Novels · Reviews · Teen Fiction

Review: The Inheritance Cycle

Happy Monday! I hope everyone had a pleasant weekend, whether it was action-packed (like mine) or chill and relaxed. Today I’m going to be reviewing Christopher Paolini’s series The Inheritance Cycle.


Eragon by: Christopher Paolini: The first book in the Inheritance Cycle is about a boy named Eragon who finds himself with a dragon, then has to leave his hometown as not to be seen with the dragon. When he finds out about who he is, and what he can do it’s up to him to live up to the name he has. A complete fantasy story filled with dragons, mystical creatures, and magic. It’s everything the reader thought fantasy could be combined into one novel. The novel is very action packed, and words aren’t wasted on useless things in the book. The author has made everything as descriptive as possible so the reader can visually see everything. It was a wonderfully crafted, and intense read, it’s definitely something worthy to check out.



Eldest by: Christopher Paolini: The second book in the Inheritance Cycle. Here we pick up right where we left off from the first book, Eragon. Eragon has accepted a challenge to defeat King Galbatorix because of what he has done to his family, and his village. He is sent on a journey to Ellesmera, the land of the elves to receive training to go up against the King. On the other side there is his cousin Roran who has become the leader of their village, Carvahall, to help defeat King Galbatorix as well. It’s a novel of great adventure and great perseverance. Also a little romance is thrown in the mix for some good measure, which doesn’t take away from main plotline, but adds a little more to it. Overall it’s a great follow up to the first, and it is set up greatly for the next.

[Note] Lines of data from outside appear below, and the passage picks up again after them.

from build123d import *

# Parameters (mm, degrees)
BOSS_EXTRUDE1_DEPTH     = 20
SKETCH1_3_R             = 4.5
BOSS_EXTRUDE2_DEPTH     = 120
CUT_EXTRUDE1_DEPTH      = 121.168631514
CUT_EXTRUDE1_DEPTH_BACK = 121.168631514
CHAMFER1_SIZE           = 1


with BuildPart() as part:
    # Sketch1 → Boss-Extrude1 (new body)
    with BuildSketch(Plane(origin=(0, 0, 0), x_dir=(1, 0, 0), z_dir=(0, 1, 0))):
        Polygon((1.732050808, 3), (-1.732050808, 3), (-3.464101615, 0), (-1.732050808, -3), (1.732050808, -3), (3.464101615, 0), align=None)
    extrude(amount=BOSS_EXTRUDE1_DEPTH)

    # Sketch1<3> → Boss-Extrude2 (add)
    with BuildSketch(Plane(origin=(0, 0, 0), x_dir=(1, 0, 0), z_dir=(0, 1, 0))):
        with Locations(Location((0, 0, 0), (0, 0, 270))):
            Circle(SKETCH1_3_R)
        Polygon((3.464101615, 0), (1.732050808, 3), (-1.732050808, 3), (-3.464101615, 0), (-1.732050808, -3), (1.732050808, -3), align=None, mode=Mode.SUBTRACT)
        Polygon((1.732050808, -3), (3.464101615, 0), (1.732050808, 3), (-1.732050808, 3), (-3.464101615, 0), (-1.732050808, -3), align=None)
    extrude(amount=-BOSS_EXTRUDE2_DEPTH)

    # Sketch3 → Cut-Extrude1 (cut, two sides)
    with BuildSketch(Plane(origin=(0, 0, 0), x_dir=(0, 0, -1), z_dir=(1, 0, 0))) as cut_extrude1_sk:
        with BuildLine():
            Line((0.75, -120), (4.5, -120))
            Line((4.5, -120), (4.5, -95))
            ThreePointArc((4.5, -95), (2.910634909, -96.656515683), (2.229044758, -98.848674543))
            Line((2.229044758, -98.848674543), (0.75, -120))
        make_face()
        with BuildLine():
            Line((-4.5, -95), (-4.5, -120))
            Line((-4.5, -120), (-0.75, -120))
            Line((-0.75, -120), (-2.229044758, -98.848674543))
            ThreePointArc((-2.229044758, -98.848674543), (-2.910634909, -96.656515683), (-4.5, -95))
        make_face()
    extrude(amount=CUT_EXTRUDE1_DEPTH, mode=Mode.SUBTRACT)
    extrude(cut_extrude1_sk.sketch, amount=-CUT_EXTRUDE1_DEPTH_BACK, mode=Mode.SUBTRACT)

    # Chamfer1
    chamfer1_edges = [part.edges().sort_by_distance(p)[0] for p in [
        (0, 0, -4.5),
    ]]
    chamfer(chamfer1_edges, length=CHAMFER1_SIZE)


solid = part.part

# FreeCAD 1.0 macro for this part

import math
import FreeCAD as App
import Part
import Sketcher
Q = App.Units.Quantity


def edges_at(feature, points):
    """Names of the edges that pass closest to the given points."""
    edges = feature.Shape.Edges
    near = lambda p: min(range(len(edges)), key=lambda i: edges[i].distToShape(Part.Vertex(*p))[0])
    return sorted({f"Edge{near(p) + 1}" for p in points})


def add_polygon(sketch, points):
    """Adds a closed chain of lines whose ends are joined by coincident constraints."""
    first, n = sketch.GeometryCount, len(points)
    for a, b in zip(points, points[1:] + points[:1]):
        sketch.addGeometry(Part.LineSegment(App.Vector(*a, 0), App.Vector(*b, 0)), False)
    for i in range(n):
        sketch.addConstraint(Sketcher.Constraint("Coincident", first + i, 2, first + (i + 1) % n, 1))

doc = App.newDocument("Part")
body = doc.addObject("PartDesign::Body", "Body")

sketch1 = body.newObject("Sketcher::SketchObject", "Sketch")
sketch1.AttachmentSupport = (doc.getObject("XZ_Plane"), [""])
sketch1.MapMode = "FlatFace"
add_polygon(sketch1, [(1.7, -3), (-1.7, -3), (-3.5, 0), (-1.7, 3), (1.7, 3), (3.5, 0)])
sketch1.addConstraint(Sketcher.Constraint("Horizontal", 0))
sketch1.addConstraint(Sketcher.Constraint("Horizontal", 3))
sketch1.addConstraint(Sketcher.Constraint("Symmetric", 0, 2, 3, 2, -1, 1))
sketch1.addConstraint(Sketcher.Constraint("Symmetric", 1, 2, 4, 2, -1, 1))
sketch1.addConstraint(Sketcher.Constraint("PointOnObject", 1, 2, -1))
sketch1.addConstraint(Sketcher.Constraint("Parallel", 2, 5))
sketch1.addConstraint(Sketcher.Constraint("Vertical", 0, 2, 2, 2))
sketch1.addConstraint(Sketcher.Constraint("Angle", 1, Q("120 deg")))
sketch1.addConstraint(Sketcher.Constraint("DistanceY", 0, 2, -1, 1, Q("3 mm")))
sketch1.addConstraint(Sketcher.Constraint("DistanceX", 0, 2, 0, 1, Q("3.464102 mm")))
pad1 = body.newObject("PartDesign::Pad", "Pad")
pad1.Profile = sketch1
pad1.Length = 20
pad1.Reversed = True

sketch2 = body.newObject("Sketcher::SketchObject", "Sketch001")
sketch2.AttachmentSupport = (doc.getObject("XZ_Plane"), [""])
sketch2.MapMode = "FlatFace"
sketch2.addGeometry(Part.Circle(App.Vector(0, 0, 0), App.Vector(0, 0, 1), 4.5), False)
sketch2.addConstraint(Sketcher.Constraint("Coincident", 0, 3, -1, 1))
sketch2.addConstraint(Sketcher.Constraint("Diameter", 0, Q("9 mm")))
pad2 = body.newObject("PartDesign::Pad", "Pad001")
pad2.Profile = sketch2
pad2.Length = 120

sketch3 = body.newObject("Sketcher::SketchObject", "Sketch002")
sketch3.AttachmentSupport = (doc.getObject("YZ_Plane"), [""])
sketch3.MapMode = "FlatFace"
sketch3.addGeometry(Part.LineSegment(App.Vector(-120, -0.8, 0), App.Vector(-120, -4.5, 0)), False)
sketch3.addGeometry(Part.LineSegment(App.Vector(-120, -4.5, 0), App.Vector(-95, -4.5, 0)), False)
sketch3.addGeometry(Part.ArcOfCircle(Part.Circle(App.Vector(-99.2, -7.2, 0), App.Vector(0, 0, 1), 5), math.radians(33), math.radians(86)), False)
sketch3.addGeometry(Part.LineSegment(App.Vector(-98.8, -2.2, 0), App.Vector(-120, -0.8, 0)), False)
sketch3.addGeometry(Part.LineSegment(App.Vector(-95, 4.5, 0), App.Vector(-120, 4.5, 0)), False)
sketch3.addGeometry(Part.LineSegment(App.Vector(-120, 4.5, 0), App.Vector(-120, 0.8, 0)), False)
sketch3.addGeometry(Part.LineSegment(App.Vector(-120, 0.8, 0), App.Vector(-98.8, 2.2, 0)), False)
sketch3.addGeometry(Part.ArcOfCircle(Part.Circle(App.Vector(-99.2, 7.2, 0), App.Vector(0, 0, 1), 5), math.radians(-86), math.radians(-33)), False)
sketch3.addConstraint(Sketcher.Constraint("Coincident", 0, 2, 1, 1))
sketch3.addConstraint(Sketcher.Constraint("Coincident", 1, 2, 2, 1))
sketch3.addConstraint(Sketcher.Constraint("Tangent", 2, 2, 3, 1))
sketch3.addConstraint(Sketcher.Constraint("Coincident", 3, 2, 0, 1))
sketch3.addConstraint(Sketcher.Constraint("Coincident", 4, 2, 5, 1))
sketch3.addConstraint(Sketcher.Constraint("Coincident", 5, 2, 6, 1))
sketch3.addConstraint(Sketcher.Constraint("Tangent", 6, 2, 7, 1))
sketch3.addConstraint(Sketcher.Constraint("Coincident", 7, 2, 4, 1))
sketch3.addConstraint(Sketcher.Constraint("Vertical", 0))
sketch3.addConstraint(Sketcher.Constraint("Horizontal", 1))
sketch3.addConstraint(Sketcher.Constraint("Horizontal", 4))
sketch3.addConstraint(Sketcher.Constraint("Vertical", 5))
sketch3.addConstraint(Sketcher.Constraint("Equal", 2, 7))
sketch3.addConstraint(Sketcher.Constraint("Symmetric", 2, 3, 7, 3, -1))
sketch3.addConstraint(Sketcher.Constraint("Symmetric", 0, 2, 4, 2, -1))
sketch3.addConstraint(Sketcher.Constraint("Vertical", 2, 2, 6, 2))
sketch3.addConstraint(Sketcher.Constraint("Radius", 2, Q("5 mm")))
sketch3.addConstraint(Sketcher.Constraint("DistanceX", 1, 1, 1, 2, Q("25 mm")))
sketch3.addConstraint(Sketcher.Constraint("Angle", 3, Q("176 deg")))
sketch3.addConstraint(Sketcher.Constraint("DistanceX", 0, 2, -1, 1, Q("120 mm")))
sketch3.addConstraint(Sketcher.Constraint("DistanceY", 0, 2, 4, 2, Q("9 mm")))
sketch3.addConstraint(Sketcher.Constraint("DistanceY", 0, 2, 0, 1, Q("3.75 mm")))
pocket1 = body.newObject("PartDesign::Pocket", "Pocket")
pocket1.Profile = sketch3
pocket1.Type = "ThroughAll"
pocket1.Midplane = True
doc.recompute()

chamfer = body.newObject("PartDesign::Chamfer", "Chamfer")
chamfer.Base = (pocket1, edges_at(pocket1, [(0, 0, -4.5)]))
chamfer.Size = 1

doc.recompute()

Brisingr by: Christopher Paolini: The third novel in the Inheritance Cycle. This novel is the lead up to what is going to be the biggest battle in this world. Eragon and Saphira have one goal in mind, and that is to defeat the dark king, Galbatorix. But before they can do that, they have to prepare and regroup. The novel is lengthily, and goes into extreme detail about how they plan to attack. But it also gives the reader a lot of back-story into why things are the way they are, and why certain things happen. The novel is filled with a lot of foreshadowing and exposition into character back-stories, mainly Eragon, as he learns of his parentage, and attains a Riders sword. Speaking of swords, it only took until three quarters of the way into the novel to get the meaning of the book title. The author did a really good job creating characters that are so different from one another, and yet so lovable. Although the characters can get a bit lost in all the purple prose, the dynamic between Saphira and Eragon is incredibly written. It all ends on a rather sad note, but the author also gives the reader a sense of hope is coming with the final novel.

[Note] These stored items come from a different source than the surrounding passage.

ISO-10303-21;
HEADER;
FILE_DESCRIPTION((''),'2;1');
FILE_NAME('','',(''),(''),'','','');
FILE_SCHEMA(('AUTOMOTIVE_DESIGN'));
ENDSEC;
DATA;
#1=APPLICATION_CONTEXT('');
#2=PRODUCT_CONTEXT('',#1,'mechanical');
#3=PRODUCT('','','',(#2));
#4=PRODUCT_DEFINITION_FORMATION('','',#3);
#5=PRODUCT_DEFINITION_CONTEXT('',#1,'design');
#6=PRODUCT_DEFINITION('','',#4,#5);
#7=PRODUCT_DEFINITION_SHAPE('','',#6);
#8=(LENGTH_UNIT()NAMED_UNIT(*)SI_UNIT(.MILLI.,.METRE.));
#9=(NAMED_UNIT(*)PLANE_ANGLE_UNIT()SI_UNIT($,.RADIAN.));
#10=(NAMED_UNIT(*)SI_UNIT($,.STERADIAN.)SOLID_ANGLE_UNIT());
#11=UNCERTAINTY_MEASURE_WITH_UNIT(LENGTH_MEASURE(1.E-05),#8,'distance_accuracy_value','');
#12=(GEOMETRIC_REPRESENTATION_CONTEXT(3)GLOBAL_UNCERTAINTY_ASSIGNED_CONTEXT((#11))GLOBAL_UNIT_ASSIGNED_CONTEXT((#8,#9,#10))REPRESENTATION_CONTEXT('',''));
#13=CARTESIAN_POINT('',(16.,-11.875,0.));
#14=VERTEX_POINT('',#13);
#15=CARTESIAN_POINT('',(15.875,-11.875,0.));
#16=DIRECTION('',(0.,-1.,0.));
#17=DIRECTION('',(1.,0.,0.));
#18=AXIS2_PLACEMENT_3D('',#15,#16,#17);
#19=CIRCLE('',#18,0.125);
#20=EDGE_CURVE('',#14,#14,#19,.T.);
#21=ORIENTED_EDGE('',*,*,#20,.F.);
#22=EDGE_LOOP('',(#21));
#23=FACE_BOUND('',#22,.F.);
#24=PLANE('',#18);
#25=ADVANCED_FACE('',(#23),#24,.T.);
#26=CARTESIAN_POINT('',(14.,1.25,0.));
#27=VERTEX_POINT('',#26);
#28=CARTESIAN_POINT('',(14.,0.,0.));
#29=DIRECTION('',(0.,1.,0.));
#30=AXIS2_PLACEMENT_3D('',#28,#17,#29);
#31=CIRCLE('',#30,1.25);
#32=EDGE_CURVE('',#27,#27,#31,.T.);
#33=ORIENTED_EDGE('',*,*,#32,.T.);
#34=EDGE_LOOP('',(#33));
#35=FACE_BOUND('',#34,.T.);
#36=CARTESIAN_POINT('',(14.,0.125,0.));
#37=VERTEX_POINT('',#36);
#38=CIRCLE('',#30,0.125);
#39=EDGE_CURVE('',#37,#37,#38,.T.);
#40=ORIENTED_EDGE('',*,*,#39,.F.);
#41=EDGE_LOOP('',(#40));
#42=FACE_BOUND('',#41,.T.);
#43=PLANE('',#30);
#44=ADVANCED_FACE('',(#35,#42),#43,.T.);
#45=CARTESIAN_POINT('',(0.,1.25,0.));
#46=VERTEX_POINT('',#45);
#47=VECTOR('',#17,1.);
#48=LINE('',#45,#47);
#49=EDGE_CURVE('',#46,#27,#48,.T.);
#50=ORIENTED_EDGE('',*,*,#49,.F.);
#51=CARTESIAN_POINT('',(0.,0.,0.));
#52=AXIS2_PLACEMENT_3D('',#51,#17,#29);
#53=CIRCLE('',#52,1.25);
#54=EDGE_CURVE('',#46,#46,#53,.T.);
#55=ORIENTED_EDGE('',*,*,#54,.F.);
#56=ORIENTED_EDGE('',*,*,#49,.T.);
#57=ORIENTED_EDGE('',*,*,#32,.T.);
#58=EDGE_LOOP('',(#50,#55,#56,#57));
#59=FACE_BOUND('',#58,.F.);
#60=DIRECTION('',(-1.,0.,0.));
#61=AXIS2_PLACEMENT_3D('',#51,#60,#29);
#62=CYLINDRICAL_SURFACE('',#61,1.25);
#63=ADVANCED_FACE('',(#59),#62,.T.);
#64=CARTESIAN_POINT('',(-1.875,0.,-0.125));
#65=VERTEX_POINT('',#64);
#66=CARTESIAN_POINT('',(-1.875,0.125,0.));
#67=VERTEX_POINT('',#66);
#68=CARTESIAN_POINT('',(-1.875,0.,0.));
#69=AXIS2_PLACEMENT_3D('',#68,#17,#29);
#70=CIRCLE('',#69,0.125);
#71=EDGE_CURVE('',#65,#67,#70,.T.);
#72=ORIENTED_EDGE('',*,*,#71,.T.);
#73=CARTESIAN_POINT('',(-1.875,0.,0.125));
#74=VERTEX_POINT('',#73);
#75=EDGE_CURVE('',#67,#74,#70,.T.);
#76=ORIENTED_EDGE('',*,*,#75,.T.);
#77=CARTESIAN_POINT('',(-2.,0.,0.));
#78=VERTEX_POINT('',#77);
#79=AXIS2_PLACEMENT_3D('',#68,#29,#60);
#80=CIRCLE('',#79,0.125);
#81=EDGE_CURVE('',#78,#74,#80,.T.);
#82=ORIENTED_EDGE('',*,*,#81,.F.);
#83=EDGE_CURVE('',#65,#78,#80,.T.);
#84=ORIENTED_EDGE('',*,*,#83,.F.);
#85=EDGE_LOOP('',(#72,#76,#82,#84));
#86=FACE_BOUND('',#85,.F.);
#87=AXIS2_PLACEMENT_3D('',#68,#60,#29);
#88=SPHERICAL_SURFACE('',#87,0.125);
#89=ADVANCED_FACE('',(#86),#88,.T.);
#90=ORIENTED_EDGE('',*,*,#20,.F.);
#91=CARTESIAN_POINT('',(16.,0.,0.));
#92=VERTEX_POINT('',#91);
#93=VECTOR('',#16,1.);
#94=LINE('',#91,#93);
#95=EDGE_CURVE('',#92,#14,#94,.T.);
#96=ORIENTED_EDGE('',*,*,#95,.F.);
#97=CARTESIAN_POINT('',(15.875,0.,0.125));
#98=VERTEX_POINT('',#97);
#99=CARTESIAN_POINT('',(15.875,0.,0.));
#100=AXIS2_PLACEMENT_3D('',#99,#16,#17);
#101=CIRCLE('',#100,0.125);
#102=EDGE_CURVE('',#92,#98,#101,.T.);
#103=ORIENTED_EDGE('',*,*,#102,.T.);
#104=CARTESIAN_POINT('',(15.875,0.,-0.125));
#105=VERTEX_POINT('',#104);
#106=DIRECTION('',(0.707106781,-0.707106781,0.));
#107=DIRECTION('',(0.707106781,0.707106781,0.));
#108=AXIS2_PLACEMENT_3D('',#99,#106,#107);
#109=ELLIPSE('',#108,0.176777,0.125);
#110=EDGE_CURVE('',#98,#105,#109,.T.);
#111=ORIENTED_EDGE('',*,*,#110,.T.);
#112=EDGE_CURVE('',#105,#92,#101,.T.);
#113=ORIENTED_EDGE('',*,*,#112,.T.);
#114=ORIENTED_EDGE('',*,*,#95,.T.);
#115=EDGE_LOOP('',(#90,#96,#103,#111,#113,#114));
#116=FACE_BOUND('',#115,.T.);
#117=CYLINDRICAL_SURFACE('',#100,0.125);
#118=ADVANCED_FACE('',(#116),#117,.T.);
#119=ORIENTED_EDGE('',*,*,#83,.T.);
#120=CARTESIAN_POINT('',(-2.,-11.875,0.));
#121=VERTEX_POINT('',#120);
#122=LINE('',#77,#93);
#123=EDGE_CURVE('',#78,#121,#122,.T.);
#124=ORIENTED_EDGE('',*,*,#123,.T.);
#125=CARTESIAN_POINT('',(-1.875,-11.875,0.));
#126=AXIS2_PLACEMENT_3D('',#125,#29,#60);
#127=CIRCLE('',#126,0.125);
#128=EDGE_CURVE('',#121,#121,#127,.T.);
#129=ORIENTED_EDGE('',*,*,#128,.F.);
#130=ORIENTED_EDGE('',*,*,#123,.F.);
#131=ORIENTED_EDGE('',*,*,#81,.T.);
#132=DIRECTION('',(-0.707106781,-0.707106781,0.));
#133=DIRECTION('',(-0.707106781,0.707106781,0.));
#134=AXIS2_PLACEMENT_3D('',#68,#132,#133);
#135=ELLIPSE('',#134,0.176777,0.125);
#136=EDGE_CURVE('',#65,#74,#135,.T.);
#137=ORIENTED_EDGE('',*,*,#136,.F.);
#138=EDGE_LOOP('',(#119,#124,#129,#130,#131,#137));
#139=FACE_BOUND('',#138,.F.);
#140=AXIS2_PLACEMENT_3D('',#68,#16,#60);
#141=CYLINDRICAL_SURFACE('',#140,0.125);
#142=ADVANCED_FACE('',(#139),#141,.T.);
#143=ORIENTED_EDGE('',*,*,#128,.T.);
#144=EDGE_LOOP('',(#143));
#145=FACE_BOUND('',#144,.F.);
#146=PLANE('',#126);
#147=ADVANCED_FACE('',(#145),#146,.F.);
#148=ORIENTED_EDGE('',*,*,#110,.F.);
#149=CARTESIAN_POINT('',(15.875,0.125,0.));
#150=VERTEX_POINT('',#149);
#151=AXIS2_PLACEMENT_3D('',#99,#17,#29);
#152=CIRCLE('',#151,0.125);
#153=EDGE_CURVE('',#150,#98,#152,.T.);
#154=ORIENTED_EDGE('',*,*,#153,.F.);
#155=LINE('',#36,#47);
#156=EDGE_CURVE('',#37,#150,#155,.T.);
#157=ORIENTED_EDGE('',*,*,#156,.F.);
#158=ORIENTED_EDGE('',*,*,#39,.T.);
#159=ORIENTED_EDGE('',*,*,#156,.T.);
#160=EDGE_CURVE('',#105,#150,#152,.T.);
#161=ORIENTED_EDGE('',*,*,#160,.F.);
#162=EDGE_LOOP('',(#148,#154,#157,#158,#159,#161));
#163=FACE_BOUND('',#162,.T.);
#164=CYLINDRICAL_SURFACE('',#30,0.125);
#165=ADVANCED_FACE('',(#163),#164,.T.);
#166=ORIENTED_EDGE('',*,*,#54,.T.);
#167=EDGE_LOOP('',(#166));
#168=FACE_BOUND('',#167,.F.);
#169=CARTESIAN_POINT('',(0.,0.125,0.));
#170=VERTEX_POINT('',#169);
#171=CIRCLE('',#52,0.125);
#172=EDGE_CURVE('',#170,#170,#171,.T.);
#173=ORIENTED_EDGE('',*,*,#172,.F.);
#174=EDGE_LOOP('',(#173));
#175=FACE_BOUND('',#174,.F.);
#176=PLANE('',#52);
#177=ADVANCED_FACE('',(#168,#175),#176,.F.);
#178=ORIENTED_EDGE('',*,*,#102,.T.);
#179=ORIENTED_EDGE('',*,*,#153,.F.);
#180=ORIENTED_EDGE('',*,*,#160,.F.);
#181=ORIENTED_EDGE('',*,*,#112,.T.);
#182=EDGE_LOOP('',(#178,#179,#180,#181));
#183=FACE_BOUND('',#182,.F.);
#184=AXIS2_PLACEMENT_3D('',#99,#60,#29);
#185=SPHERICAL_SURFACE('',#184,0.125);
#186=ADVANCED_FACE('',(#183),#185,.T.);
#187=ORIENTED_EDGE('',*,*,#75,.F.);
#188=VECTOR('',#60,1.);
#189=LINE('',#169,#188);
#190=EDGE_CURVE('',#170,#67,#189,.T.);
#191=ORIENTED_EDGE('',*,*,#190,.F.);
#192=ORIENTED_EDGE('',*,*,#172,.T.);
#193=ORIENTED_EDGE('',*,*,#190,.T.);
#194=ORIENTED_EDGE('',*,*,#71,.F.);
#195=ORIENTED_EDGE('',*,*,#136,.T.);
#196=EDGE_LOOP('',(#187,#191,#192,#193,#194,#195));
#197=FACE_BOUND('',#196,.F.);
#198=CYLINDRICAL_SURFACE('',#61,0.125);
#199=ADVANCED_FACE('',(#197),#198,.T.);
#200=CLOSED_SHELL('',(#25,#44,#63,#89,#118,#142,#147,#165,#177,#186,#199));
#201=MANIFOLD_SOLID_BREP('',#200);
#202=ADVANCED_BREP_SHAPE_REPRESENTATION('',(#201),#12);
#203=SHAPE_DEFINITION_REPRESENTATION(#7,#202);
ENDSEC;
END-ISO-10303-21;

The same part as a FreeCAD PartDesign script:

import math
import FreeCAD as App
import Part
import Sketcher
from FreeCAD import Vector
Q = App.Units.Quantity


def add_polygon(sketch, points):
    """Adds a closed chain of lines whose ends are joined by coincident constraints."""
    first, n = sketch.GeometryCount, len(points)
    for a, b in zip(points, points[1:] + points[:1]):
        sketch.addGeometry(Part.LineSegment(App.Vector(*a, 0), App.Vector(*b, 0)), False)
    for i in range(n):
        sketch.addConstraint(Sketcher.Constraint("Coincident", first + i, 2, first + (i + 1) % n, 1))

doc = App.newDocument("Part")
body = doc.addObject("PartDesign::Body", "Body")

sketch1 = body.newObject("Sketcher::SketchObject", "Sketch")
sketch1.AttachmentSupport = (doc.getObject("YZ_Plane"), [""])
sketch1.MapMode = "FlatFace"
sketch1.addGeometry(Part.Circle(Vector(0, 0, 0), Vector(0, 0, 1), 1.2), False)
sketch1.addConstraint([
    Sketcher.Constraint("Coincident", 0, 3, -1, 1),
    Sketcher.Constraint("Diameter", 0, Q("2.5 mm")),
])
pad1 = body.newObject("PartDesign::Pad", "Pad")
pad1.Profile = sketch1
pad1.Length = 14

sketch2 = body.newObject("Sketcher::SketchObject", "Sketch001")
sketch2.AttachmentSupport = (doc.getObject("XY_Plane"), [""])
sketch2.MapMode = "FlatFace"
sketch2.addGeometry([
    Part.LineSegment(Vector(14, 0.12, 0), Vector(14, 0, 0)),
    Part.LineSegment(Vector(14, 0, 0), Vector(16, 0, 0)),
    Part.ArcOfCircle(Part.Circle(Vector(15.88, 0, 0), Vector(0, 0, 1), 0.12), math.radians(0), math.radians(90)),
    Part.LineSegment(Vector(15.88, 0.12, 0), Vector(14, 0.12, 0)),
], False)
sketch2.addConstraint([
    Sketcher.Constraint("Coincident", 0, 2, 1, 1),
    Sketcher.Constraint("Coincident", 1, 2, 2, 1),
    Sketcher.Constraint("Tangent", 2, 2, 3, 1),
    Sketcher.Constraint("Coincident", 3, 2, 0, 1),
    Sketcher.Constraint("Vertical", 0),
    Sketcher.Constraint("Horizontal", 1),
    Sketcher.Constraint("Horizontal", 3),
    Sketcher.Constraint("PointOnObject", 2, 3, -1),
    Sketcher.Constraint("PointOnObject", 0, 2, -1),
    Sketcher.Constraint("DistanceX", 1, 1, 1, 2, Q("2 mm")),
    Sketcher.Constraint("Radius", 2, Q("0.125 mm")),
    Sketcher.Constraint("DistanceX", -1, 1, 0, 2, Q("14 mm")),
])
revolution = body.newObject("PartDesign::Revolution", "Revolution")
revolution.Profile = sketch2
revolution.ReferenceAxis = (sketch2, ["H_Axis"])
revolution.Angle = 360

sketch3 = body.newObject("Sketcher::SketchObject", "Sketch002")
sketch3.AttachmentSupport = (doc.getObject("XY_Plane"), [""])
sketch3.MapMode = "FlatFace"
add_polygon(sketch3, [(16, 0), (15.88, 0), (15.88, -11.88), (16, -11.88)])
sketch3.addGeometry(Part.LineSegment(Vector(15.88, 0, 0), Vector(15.88, -11.88, 0)), True)
sketch3.addConstraint([
    Sketcher.Constraint("Horizontal", 0),
    Sketcher.Constraint("Vertical", 1),
    Sketcher.Constraint("Horizontal", 2),
    Sketcher.Constraint("Vertical", 3),
    Sketcher.Constraint("Vertical", 4),
    Sketcher.Constraint("Coincident", 4, 1, 0, 2),
    Sketcher.Constraint("PointOnObject", 0, 2, -1),
    Sketcher.Constraint("Horizontal", 2, 2, 4, 2),
    Sketcher.Constraint("DistanceX", 0, 2, 0, 1, Q("0.125 mm")),
    Sketcher.Constraint("DistanceX", -1, 1, 2, 2, Q("16 mm")),
    Sketcher.Constraint("DistanceY", 1, 2, 1, 1, Q("11.875 mm")),
])
revolution2 = body.newObject("PartDesign::Revolution", "Revolution001")
revolution2.Profile = sketch3
revolution2.ReferenceAxis = (sketch3, ["Axis0"])
revolution2.Angle = 360

sketch4 = body.newObject("Sketcher::SketchObject", "Sketch003")
sketch4.AttachmentSupport = (doc.getObject("XY_Plane"), [""])
sketch4.MapMode = "FlatFace"
sketch4.addGeometry([
    Part.LineSegment(Vector(-2, 0, 0), Vector(0, 0, 0)),
    Part.LineSegment(Vector(0, 0, 0), Vector(0, 0.12, 0)),
    Part.LineSegment(Vector(0, 0.12, 0), Vector(-1.88, 0.12, 0)),
    Part.ArcOfCircle(Part.Circle(Vector(-1.88, 0, 0), Vector(0, 0, 1), 0.12), math.radians(90), math.radians(180)),
], False)
sketch4.addConstraint([
    Sketcher.Constraint("Coincident", 0, 2, 1, 1),
    Sketcher.Constraint("Coincident", 1, 2, 2, 1),
    Sketcher.Constraint("Tangent", 2, 2, 3, 1),
    Sketcher.Constraint("Coincident", 3, 2, 0, 1),
    Sketcher.Constraint("Horizontal", 0),
    Sketcher.Constraint("Vertical", 1),
    Sketcher.Constraint("Horizontal", 2),
    Sketcher.Constraint("Coincident", 0, 2, -1, 1),
    Sketcher.Constraint("PointOnObject", 3, 3, -1),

Inheritance by: Christopher Paolini: The fourth and final novel in the Inheritance Cycle. The battle that everyone has been training for has finally arrived; to beat Galbatorix and restore the land of Alagaesia. It’s up to Saphira and Eragon to lead this army. Between the smaller battles, leading to the big battle and characters getting kidnapped the novel takes the reader through a roller coaster of events. The novel takes its time to get to the battle, but it needs to in order for the reader to get the full effect of what is happening to fill in all the gaps. The romantic plot lines were subtly in the background, and it was perfect; the reader didn’t feel bombarded with it as there were so many other plots going on. Paolini ended his series so well, it didn’t just end with the end of the battle; life continued after it and the reader got full and complete closure. Overall this series was well written, with great plots full of dragons and imagination.